Start of Data extracts

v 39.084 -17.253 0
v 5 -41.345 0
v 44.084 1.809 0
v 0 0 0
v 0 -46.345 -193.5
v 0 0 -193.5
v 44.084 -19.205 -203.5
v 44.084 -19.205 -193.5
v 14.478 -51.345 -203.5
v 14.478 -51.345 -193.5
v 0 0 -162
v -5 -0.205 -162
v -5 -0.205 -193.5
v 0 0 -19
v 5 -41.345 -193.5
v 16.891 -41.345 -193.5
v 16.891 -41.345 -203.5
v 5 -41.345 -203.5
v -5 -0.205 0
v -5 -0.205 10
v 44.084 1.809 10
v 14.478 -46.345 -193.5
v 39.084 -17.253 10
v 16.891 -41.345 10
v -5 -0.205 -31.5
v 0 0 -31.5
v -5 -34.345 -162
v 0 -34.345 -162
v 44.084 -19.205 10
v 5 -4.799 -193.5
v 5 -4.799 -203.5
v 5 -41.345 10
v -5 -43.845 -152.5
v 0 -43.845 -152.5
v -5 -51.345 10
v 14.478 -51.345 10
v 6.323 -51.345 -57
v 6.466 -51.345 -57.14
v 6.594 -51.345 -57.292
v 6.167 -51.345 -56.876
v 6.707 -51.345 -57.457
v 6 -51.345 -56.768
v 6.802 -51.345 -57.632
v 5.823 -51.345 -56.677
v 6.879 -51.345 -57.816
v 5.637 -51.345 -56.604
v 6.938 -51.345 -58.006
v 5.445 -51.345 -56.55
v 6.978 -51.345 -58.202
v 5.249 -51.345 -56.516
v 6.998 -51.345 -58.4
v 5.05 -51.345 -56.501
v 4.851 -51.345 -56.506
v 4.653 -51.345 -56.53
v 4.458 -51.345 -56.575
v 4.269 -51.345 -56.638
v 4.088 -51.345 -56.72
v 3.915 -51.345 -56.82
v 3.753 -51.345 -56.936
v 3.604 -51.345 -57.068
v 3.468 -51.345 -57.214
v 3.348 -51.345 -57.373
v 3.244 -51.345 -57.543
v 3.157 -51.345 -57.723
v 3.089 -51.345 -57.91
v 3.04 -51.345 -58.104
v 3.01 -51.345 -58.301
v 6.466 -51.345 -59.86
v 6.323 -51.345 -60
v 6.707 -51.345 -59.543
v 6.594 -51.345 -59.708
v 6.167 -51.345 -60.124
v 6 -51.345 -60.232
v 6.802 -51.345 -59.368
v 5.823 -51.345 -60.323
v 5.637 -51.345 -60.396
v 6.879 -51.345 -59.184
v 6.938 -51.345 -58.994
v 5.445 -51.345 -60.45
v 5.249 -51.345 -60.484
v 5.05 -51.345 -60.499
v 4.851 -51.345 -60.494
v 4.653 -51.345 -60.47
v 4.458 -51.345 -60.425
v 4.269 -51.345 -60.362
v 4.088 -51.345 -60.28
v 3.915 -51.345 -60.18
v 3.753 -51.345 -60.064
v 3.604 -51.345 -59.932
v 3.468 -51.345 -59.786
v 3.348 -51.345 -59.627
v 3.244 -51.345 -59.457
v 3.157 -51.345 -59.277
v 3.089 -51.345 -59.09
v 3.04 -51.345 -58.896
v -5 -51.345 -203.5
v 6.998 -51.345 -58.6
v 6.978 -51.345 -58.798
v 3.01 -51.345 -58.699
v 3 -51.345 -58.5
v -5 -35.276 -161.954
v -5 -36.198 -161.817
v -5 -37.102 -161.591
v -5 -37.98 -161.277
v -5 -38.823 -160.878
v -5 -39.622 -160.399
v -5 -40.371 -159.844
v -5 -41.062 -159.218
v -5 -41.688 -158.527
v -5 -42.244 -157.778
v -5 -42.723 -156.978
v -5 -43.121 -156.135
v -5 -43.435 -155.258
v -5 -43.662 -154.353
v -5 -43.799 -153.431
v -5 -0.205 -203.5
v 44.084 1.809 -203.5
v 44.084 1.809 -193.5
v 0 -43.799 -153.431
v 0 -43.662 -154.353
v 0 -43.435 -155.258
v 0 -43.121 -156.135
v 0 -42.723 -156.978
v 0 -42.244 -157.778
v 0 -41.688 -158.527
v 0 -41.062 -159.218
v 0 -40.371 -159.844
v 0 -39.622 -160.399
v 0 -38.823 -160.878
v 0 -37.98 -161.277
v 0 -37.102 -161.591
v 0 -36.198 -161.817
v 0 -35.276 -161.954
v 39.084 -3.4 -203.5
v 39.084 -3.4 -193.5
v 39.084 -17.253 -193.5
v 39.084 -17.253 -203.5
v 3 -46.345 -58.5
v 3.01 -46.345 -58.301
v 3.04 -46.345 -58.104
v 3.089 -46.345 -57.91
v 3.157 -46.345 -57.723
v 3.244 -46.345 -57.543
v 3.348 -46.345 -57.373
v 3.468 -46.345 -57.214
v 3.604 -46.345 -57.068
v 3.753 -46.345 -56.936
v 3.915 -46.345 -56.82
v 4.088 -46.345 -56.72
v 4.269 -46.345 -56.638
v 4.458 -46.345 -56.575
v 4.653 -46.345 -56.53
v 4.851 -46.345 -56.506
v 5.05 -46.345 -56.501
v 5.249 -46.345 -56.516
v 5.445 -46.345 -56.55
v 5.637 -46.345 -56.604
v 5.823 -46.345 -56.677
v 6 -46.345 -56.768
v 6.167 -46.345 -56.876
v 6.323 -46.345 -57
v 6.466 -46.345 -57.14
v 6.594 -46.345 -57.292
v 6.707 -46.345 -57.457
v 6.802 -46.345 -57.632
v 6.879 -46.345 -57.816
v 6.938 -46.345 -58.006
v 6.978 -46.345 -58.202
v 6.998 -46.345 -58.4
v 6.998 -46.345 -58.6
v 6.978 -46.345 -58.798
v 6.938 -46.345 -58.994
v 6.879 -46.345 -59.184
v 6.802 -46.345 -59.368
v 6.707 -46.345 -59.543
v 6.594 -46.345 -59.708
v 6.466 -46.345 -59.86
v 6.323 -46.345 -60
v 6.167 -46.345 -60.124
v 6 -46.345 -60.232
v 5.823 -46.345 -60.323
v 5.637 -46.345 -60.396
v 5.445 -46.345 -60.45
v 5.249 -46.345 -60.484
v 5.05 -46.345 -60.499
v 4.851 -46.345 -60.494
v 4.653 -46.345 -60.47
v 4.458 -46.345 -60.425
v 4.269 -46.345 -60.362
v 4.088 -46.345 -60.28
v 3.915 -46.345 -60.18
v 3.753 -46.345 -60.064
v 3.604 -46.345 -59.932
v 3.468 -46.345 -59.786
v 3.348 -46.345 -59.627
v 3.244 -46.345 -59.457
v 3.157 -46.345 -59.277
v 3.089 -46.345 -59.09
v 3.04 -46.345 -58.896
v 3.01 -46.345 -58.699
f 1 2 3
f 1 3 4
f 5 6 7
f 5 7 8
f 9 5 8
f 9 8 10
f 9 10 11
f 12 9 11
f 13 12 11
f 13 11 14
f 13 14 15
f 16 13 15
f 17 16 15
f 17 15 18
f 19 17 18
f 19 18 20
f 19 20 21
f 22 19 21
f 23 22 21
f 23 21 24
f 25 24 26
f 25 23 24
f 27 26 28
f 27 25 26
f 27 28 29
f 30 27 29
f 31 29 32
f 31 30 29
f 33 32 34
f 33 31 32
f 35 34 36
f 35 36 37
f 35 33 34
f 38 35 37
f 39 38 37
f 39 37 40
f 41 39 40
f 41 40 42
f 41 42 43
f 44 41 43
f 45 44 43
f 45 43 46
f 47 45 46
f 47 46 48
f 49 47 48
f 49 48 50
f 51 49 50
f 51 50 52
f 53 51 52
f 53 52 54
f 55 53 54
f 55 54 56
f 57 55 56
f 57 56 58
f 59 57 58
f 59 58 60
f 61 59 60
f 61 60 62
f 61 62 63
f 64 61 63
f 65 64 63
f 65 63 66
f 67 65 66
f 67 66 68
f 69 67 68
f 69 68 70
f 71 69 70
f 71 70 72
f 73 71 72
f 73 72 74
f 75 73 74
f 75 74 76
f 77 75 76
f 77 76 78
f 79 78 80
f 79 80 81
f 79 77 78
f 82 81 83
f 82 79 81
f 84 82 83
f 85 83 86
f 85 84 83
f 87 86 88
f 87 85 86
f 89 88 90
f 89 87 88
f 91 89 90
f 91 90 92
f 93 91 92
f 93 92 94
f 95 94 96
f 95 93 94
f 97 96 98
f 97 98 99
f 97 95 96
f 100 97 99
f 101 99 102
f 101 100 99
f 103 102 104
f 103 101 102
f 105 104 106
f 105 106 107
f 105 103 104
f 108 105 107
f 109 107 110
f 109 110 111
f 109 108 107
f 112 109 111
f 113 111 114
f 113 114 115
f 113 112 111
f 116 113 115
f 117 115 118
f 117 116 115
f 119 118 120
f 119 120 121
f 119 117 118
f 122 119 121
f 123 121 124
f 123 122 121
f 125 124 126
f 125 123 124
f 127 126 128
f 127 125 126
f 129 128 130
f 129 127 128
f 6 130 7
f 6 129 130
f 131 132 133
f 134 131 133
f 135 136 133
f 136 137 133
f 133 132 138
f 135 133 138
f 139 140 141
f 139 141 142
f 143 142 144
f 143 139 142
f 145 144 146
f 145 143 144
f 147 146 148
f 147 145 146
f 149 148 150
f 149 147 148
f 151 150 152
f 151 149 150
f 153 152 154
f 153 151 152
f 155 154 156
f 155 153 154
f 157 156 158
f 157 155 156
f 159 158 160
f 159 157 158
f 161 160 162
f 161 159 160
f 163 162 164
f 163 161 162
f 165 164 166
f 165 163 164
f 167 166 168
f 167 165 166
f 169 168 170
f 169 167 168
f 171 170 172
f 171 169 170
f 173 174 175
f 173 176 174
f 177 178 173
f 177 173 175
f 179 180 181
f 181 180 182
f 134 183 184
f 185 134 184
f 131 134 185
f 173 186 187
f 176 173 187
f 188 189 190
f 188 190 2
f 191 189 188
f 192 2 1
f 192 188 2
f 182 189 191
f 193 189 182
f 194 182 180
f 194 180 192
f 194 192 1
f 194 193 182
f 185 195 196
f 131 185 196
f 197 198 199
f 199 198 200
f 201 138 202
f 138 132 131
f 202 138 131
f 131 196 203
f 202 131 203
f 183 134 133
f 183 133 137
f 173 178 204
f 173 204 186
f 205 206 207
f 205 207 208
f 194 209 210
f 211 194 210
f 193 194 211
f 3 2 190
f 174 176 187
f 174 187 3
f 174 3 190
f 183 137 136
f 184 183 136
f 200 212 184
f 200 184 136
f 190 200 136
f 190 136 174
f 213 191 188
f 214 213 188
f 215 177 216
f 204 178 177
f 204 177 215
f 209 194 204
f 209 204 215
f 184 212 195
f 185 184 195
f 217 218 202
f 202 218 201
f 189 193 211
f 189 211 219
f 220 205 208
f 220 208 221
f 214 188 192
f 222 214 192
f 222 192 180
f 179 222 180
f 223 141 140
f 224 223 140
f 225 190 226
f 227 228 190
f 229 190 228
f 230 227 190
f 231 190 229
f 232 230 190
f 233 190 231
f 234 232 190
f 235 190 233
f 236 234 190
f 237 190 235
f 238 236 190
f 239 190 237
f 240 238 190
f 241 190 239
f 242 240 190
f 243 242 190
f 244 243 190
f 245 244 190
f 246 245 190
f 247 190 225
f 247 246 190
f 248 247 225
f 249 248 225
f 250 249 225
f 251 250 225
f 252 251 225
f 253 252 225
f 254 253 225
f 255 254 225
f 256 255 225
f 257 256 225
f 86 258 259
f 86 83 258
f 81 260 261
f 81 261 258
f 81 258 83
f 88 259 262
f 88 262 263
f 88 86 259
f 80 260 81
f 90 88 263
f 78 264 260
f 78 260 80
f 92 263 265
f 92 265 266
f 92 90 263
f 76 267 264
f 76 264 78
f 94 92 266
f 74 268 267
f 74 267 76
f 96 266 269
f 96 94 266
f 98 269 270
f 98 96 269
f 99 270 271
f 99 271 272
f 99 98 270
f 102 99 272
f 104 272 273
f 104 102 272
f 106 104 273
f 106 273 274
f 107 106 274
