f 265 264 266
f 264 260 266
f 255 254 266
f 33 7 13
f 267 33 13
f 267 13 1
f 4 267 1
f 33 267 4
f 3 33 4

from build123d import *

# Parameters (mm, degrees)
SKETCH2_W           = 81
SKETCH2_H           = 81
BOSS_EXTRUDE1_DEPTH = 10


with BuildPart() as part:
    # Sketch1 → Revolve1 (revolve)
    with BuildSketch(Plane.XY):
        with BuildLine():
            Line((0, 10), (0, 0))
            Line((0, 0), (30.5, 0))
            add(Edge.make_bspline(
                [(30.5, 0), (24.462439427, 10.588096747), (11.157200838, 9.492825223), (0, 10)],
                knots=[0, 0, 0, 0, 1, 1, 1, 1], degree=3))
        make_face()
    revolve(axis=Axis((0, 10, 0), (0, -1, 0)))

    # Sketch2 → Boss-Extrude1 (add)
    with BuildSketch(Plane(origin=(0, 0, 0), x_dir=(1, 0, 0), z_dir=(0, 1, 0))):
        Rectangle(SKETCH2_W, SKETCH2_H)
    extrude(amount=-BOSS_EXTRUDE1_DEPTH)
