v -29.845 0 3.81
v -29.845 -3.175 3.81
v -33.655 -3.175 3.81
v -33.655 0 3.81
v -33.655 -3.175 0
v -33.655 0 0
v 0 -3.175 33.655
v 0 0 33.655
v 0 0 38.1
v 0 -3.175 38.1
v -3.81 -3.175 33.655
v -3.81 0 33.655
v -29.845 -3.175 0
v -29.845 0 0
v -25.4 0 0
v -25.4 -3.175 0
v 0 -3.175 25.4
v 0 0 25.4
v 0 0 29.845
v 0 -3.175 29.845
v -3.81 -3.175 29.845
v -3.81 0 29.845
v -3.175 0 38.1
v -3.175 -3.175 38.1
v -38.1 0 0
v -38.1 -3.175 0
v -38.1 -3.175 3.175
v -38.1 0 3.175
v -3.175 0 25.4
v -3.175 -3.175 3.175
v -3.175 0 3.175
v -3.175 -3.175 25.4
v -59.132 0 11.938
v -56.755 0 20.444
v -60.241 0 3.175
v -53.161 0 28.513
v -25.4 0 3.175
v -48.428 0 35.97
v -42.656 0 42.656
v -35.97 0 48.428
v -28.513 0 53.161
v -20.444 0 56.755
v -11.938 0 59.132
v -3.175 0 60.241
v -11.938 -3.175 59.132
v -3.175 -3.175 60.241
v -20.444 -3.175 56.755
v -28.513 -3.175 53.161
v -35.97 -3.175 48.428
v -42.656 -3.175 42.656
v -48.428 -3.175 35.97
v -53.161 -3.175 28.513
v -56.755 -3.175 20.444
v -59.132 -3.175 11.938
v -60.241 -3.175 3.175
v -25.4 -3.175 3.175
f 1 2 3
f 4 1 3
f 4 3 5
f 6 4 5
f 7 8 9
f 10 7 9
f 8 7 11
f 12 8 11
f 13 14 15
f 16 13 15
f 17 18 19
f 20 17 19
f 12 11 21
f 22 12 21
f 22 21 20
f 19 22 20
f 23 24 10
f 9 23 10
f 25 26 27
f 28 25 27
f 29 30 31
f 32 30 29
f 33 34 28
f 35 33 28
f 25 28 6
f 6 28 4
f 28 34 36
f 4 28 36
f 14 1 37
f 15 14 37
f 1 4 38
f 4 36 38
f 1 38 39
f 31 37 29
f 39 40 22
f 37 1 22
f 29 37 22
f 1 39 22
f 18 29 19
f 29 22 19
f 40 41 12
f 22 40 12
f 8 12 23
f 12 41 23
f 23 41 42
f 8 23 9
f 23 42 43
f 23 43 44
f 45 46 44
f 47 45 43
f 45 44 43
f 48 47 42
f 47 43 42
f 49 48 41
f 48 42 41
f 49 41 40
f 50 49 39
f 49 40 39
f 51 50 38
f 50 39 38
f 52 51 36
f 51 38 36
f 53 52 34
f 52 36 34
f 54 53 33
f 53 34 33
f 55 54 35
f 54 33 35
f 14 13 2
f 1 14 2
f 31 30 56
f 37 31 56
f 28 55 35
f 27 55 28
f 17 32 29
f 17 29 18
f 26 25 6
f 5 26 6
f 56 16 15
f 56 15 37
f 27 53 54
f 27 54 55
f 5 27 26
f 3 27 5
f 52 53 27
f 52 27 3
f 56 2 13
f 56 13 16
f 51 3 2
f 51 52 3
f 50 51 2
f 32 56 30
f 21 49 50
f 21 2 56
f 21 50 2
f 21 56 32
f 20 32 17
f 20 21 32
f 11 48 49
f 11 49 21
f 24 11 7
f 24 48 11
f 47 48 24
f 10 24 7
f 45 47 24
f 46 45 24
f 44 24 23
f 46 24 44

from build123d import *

# Parameters (mm, degrees)
F1_DEPTH = 3.175
F2_W     = 22.225
F2_H     = 3.175
F2_W_2   = 3.175
F2_H_2   = 22.225
F3_DEPTH = 25.4


with BuildPart() as f1:
    # F0 (on Front) → F1 (new body)
    with BuildSketch(Plane.XZ):
        with BuildLine():
            Line((-60.325, 0), (0, 0))
            Line((0, 0), (0, 60.325))
            ThreePointArc((0, 60.325), (-42.656217, 42.656217), (-60.325, 0))
        make_face()
    extrude(amount=F1_DEPTH)

    # F2 (on face) → F3 (cut)
    with BuildSketch(Plane.XZ.offset(3.175)):
        with Locations((-49.2125, 1.5875)):
            Rectangle(F2_W, F2_H)
        with Locations((-1.5875, 1.5875)):
            Rectangle(F2_W_2, F2_H)
        with Locations((-14.2875, 1.5875)):
            Rectangle(F2_W, F2_H)
        with Locations((-1.5875, 14.2875)):
            Rectangle(F2_W_2, F2_H_2)
        with Locations((-1.5875, 49.2125)):
            Rectangle(F2_W_2, F2_H_2)
        Polygon((0, 29.845), (0, 31.75), (0, 33.655), (-3.81, 33.655), (-3.81, 31.75), (-3.81, 29.845), align=None)
        Polygon((-33.655, 0), (-31.75, 0), (-29.845, 0), (-29.845, 3.81), (-31.75, 3.81), (-33.655, 3.81), align=None)
    extrude(amount=-F3_DEPTH, mode=Mode.SUBTRACT)


solid = f1.part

End of Data extracts

• Description of the task
Copy all lines of the listing above that contain the string "revolve".

• Result below
    # Sketch1 → Revolve1 (revolve)
    revolve(axis=Axis((0, 10, 0), (0, -1, 0)))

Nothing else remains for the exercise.